Jeroen J. Jansen, Ewa Szymańska, Huub C. J. Hoefsloot, Doris M. Jacobs, Katrin Strassburg, Age K. Smilde

Abstract

Not only the levels of individual metabolites, but also the relations between the levels of different metabolites may indicate (experimentally induced) changes in a biological system. Component analysis methods in current 'standard' use for metabolomics, such as Principal Component Analysis (PCA), do not focus on changes in these relations. We therefore propose the concept of 'Between Metabolite Relationships' (BMRs): common changes in the covariance (or correlation) between all metabolites in an organism. Such structural changes may indicate metabolic change brought about by experimental manipulation but which are lost with standard data analysis methods. These BMRs can be analysed by the INdividual Differences SCALing (INDSCAL) method. First the BMR quantification is described and subsequently the INDSCAL method.
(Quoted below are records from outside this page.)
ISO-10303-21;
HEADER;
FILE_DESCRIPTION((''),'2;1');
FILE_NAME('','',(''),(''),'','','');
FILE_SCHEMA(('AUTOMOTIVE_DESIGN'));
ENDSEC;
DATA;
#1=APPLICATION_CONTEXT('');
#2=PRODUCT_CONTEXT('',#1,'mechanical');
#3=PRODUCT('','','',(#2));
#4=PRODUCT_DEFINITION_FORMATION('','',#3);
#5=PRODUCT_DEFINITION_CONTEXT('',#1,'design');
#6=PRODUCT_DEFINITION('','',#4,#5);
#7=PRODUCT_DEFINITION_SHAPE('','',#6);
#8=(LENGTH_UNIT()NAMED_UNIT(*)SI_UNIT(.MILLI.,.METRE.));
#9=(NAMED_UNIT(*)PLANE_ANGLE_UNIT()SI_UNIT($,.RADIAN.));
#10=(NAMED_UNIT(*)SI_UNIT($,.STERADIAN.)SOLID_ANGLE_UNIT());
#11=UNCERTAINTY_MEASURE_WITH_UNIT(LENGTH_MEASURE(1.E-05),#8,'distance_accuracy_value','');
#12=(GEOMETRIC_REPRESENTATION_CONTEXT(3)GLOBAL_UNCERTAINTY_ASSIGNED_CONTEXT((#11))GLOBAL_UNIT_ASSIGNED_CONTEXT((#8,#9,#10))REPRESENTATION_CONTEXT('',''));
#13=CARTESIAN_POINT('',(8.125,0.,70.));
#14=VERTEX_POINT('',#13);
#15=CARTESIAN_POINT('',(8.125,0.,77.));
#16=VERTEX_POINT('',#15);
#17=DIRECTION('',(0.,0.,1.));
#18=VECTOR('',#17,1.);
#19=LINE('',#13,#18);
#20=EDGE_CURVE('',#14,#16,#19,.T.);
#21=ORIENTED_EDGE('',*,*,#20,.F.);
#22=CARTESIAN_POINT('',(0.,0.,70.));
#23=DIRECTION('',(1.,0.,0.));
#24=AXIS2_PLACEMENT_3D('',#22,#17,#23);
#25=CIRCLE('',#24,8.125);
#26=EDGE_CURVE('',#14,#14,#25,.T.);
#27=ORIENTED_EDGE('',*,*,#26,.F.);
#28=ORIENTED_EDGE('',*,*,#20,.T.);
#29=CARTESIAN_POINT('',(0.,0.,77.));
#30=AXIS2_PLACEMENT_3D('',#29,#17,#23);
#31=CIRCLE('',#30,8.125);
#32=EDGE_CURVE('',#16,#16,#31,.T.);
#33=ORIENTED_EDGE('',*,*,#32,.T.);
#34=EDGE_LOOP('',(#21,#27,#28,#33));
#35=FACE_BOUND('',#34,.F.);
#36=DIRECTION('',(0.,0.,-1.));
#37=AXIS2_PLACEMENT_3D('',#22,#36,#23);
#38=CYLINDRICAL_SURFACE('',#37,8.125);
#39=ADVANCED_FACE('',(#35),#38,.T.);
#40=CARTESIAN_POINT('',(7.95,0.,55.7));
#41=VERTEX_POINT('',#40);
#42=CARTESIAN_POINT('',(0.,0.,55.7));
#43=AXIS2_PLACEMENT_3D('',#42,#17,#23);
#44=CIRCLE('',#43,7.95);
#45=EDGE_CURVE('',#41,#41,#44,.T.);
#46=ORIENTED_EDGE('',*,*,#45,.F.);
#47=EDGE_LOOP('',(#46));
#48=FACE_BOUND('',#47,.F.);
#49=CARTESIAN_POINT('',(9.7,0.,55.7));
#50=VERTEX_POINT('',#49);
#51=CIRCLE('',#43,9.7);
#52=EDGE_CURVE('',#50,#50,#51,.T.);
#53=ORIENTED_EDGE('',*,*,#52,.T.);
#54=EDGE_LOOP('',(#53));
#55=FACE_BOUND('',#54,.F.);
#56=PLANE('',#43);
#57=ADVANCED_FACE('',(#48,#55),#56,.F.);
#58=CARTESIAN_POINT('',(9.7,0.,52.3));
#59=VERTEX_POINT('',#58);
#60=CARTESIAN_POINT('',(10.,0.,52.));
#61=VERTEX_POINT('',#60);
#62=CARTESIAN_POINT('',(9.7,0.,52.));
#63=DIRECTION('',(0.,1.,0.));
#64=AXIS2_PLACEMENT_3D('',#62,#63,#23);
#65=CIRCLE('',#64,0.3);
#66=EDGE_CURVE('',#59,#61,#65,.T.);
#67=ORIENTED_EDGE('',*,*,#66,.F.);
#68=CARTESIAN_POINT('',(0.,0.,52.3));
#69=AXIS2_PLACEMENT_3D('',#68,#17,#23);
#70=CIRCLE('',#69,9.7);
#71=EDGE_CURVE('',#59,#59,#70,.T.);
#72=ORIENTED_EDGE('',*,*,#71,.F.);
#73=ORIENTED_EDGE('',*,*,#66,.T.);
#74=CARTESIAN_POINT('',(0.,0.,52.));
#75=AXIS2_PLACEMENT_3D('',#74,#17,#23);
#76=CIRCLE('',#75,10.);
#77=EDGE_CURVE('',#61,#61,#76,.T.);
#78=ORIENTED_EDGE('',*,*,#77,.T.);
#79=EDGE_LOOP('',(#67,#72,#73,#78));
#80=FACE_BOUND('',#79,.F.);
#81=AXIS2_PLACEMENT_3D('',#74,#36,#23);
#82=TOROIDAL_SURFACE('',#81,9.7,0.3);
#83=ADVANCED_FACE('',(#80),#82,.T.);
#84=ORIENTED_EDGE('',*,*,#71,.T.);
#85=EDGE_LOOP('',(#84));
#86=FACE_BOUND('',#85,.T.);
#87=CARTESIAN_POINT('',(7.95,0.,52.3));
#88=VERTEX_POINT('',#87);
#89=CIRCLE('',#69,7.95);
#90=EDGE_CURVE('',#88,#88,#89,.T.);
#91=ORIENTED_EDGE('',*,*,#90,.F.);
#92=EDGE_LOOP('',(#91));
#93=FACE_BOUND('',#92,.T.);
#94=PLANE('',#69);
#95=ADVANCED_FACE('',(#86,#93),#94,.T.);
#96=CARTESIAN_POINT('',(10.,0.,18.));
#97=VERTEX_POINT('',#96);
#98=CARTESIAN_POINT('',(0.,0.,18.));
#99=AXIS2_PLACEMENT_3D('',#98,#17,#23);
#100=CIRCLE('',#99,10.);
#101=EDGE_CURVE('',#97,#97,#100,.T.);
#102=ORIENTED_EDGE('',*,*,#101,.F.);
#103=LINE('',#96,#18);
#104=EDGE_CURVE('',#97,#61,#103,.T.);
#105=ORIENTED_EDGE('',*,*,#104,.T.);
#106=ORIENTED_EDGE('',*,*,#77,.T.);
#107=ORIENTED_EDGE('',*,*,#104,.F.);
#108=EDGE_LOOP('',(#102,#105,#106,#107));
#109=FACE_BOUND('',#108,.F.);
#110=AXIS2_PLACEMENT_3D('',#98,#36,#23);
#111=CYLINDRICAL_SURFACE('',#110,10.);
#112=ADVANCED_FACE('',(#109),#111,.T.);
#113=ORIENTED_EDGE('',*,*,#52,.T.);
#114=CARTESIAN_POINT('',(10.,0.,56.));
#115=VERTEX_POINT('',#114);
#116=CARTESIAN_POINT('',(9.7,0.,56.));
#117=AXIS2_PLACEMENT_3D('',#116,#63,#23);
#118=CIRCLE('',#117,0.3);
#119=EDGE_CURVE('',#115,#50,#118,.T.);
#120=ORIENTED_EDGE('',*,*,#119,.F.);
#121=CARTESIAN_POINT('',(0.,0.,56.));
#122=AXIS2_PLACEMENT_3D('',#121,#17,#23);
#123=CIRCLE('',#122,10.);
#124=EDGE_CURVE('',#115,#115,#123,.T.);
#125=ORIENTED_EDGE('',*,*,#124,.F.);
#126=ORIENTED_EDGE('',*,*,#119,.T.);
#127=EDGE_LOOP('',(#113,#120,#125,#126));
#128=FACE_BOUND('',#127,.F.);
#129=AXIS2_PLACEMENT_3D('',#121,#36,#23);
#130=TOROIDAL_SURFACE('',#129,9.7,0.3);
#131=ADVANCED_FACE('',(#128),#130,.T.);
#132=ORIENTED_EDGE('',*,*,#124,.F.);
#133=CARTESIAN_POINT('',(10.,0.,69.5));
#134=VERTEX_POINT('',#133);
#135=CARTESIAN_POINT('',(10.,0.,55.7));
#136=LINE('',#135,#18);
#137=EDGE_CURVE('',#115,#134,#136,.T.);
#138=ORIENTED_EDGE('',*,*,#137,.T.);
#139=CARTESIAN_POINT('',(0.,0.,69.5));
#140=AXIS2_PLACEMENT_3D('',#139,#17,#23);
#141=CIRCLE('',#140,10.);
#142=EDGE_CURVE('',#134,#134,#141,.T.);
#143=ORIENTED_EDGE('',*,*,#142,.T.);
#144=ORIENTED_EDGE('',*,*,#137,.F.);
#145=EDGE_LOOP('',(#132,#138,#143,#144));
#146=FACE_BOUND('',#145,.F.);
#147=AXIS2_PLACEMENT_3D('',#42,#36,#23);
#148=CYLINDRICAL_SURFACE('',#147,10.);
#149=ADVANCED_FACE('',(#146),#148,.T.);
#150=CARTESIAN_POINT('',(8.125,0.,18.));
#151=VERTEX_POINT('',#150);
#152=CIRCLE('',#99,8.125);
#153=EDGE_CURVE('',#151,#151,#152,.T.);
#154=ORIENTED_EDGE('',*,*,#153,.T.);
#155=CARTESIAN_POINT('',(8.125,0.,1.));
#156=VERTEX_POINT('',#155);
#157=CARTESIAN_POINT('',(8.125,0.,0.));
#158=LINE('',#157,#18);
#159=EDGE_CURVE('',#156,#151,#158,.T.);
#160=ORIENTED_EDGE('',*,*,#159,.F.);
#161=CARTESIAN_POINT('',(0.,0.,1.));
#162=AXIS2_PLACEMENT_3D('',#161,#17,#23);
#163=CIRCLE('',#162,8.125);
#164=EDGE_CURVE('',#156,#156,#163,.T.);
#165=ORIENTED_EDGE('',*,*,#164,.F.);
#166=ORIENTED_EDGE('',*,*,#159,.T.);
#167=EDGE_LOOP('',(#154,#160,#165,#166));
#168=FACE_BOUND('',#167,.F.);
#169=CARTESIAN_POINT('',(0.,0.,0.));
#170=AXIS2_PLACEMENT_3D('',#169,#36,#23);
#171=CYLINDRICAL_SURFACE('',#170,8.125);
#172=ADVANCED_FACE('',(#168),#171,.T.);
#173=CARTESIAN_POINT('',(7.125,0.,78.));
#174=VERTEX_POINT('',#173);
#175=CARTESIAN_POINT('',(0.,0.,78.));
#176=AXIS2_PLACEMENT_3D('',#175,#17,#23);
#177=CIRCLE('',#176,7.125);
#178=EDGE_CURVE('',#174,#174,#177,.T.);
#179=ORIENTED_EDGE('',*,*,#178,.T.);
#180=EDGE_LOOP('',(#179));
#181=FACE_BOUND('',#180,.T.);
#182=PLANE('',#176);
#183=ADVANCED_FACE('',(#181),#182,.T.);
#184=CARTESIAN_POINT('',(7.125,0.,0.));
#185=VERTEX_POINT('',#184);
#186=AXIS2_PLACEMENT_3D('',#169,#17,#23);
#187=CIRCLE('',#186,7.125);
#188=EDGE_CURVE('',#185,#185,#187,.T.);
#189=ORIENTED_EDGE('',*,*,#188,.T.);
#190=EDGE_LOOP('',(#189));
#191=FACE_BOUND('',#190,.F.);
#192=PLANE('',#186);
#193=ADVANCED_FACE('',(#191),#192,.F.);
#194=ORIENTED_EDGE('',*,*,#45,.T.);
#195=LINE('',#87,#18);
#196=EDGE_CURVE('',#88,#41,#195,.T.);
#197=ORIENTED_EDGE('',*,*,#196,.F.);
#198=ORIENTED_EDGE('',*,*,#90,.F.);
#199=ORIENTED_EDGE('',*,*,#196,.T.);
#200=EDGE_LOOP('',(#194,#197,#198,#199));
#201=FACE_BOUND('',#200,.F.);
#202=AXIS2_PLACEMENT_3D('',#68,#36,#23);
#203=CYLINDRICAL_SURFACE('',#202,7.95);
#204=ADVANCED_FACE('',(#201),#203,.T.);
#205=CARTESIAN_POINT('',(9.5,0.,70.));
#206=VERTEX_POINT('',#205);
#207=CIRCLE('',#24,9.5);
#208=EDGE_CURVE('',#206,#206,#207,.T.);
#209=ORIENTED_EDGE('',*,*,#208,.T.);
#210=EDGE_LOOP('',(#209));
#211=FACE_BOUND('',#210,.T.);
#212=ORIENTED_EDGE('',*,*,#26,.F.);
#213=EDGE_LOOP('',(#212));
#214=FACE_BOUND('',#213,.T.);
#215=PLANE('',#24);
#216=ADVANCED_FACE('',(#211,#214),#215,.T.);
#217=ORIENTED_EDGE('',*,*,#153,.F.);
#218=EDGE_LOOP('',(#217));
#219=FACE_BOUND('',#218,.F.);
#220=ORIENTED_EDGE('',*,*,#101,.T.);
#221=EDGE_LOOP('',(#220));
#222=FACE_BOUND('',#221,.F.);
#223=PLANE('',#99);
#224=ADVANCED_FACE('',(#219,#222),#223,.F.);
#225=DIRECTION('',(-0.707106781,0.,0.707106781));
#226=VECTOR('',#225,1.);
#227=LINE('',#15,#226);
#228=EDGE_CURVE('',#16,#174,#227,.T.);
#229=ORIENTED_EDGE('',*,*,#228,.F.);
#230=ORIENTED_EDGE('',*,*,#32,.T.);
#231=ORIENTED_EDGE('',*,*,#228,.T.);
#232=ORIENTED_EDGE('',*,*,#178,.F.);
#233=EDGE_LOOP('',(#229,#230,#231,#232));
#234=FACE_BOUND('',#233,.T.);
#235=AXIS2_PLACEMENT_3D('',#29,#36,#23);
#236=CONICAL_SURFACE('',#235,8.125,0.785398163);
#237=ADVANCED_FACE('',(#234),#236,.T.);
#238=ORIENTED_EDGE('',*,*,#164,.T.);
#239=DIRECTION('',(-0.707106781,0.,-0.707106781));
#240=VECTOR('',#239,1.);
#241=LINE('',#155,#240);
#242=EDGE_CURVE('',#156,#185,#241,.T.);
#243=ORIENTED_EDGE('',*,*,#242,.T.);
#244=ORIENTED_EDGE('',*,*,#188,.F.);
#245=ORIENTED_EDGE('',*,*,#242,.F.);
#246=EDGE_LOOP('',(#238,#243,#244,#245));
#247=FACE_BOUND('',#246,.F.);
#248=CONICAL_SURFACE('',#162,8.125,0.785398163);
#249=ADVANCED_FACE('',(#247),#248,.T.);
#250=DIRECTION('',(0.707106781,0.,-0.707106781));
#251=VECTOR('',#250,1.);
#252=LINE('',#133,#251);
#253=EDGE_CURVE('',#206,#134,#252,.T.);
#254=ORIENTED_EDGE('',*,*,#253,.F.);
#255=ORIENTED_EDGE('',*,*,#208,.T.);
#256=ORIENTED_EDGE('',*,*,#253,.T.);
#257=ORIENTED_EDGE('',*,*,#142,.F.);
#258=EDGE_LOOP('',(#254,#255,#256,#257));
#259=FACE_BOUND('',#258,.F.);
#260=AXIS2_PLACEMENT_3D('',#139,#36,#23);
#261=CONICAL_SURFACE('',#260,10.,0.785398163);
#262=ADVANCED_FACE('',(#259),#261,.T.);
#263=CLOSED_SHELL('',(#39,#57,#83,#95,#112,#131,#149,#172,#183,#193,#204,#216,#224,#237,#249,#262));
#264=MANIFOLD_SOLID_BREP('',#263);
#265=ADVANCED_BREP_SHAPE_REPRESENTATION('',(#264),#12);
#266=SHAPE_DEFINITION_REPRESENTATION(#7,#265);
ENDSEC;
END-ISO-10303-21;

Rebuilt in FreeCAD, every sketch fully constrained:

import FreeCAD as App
import Part
import Sketcher
from FreeCAD import Vector
Q = App.Units.Quantity


def edges_at(feature, points):
    """Names of the edges that pass closest to the given points."""
    edges = feature.Shape.Edges
    near = lambda p: min(range(len(edges)), key=lambda i: edges[i].distToShape(Part.Vertex(*p))[0])
    return sorted({f"Edge{near(p) + 1}" for p in points})

doc = App.newDocument("Part")
params = doc.addObject("Spreadsheet::Sheet", "Params")
for row, (alias, value) in enumerate([
    ("sketch1_diameter", "16.25 mm"),
    ("pad1_length", "18 mm"),
    ("chamfer_size", "1 mm"),
    ("sketch2_diameter", "20 mm"),
    ("pad2_length", "34.3 mm"),
    ("sketch3_diameter", "15.9 mm"),
    ("pad3_length", "3.4 mm"),
    ("sketch4_diameter", "20 mm"),
    ("pad4_length", "14.3 mm"),
    ("sketch5_diameter", "16.25 mm"),
    ("pad5_length", "8 mm"),
    ("chamfer2_size", "1 mm"),
    ("chamfer3_size", "0.5 mm"),
    ("fillet_radius", "0.3 mm"),
], start=1):
    params.set(f"A{row}", alias)
    params.set(f"B{row}", "=" + value)
    params.setAlias(f"B{row}", alias)

body = doc.addObject("PartDesign::Body", "Body")

sketch1 = body.newObject("Sketcher::SketchObject", "Sketch")
sketch1.AttachmentSupport = (doc.getObject("XY_Plane"), [""])
sketch1.MapMode = "FlatFace"
sketch1.addGeometry(Part.Circle(Vector(0, 0, 0), Vector(0, 0, 1), 8), False)
sketch1.addConstraint(Sketcher.Constraint("Coincident", 0, 3, -1, 1))
sketch1.addConstraint(Sketcher.Constraint("Diameter", 0, Q("16.25 mm")))
sketch1.setExpression("Constraints[1]", "Params.sketch1_diameter")
pad1 = body.newObject("PartDesign::Pad", "Pad")
pad1.Profile = sketch1
pad1.setExpression("Length", "Params.pad1_length")
doc.recompute()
Finally, two studies illustrate the power and the applicability of BMRs in metabolomics. The first study is about the induced plant response of cabbage to herbivory, of which BMRs are a considerable part. In the second study-a human nutritional intervention study of green tea extract-standard data analysis tools did not reveal any metabolic change, although the BMRs were considerably affected. The presented results show that BMRs can be easily implemented in a wide variety of metabolomic studies. They provide a new source of information to describe biological systems in a way that fits flawlessly into the next generation of systems biology questions, dealing with personalized responses. ELECTRONIC SUPPLEMENTARY MATERIAL: The online version of this article (doi:10.1007/s11306-011-0316-1) contains supplementary material, which is available to authorized users.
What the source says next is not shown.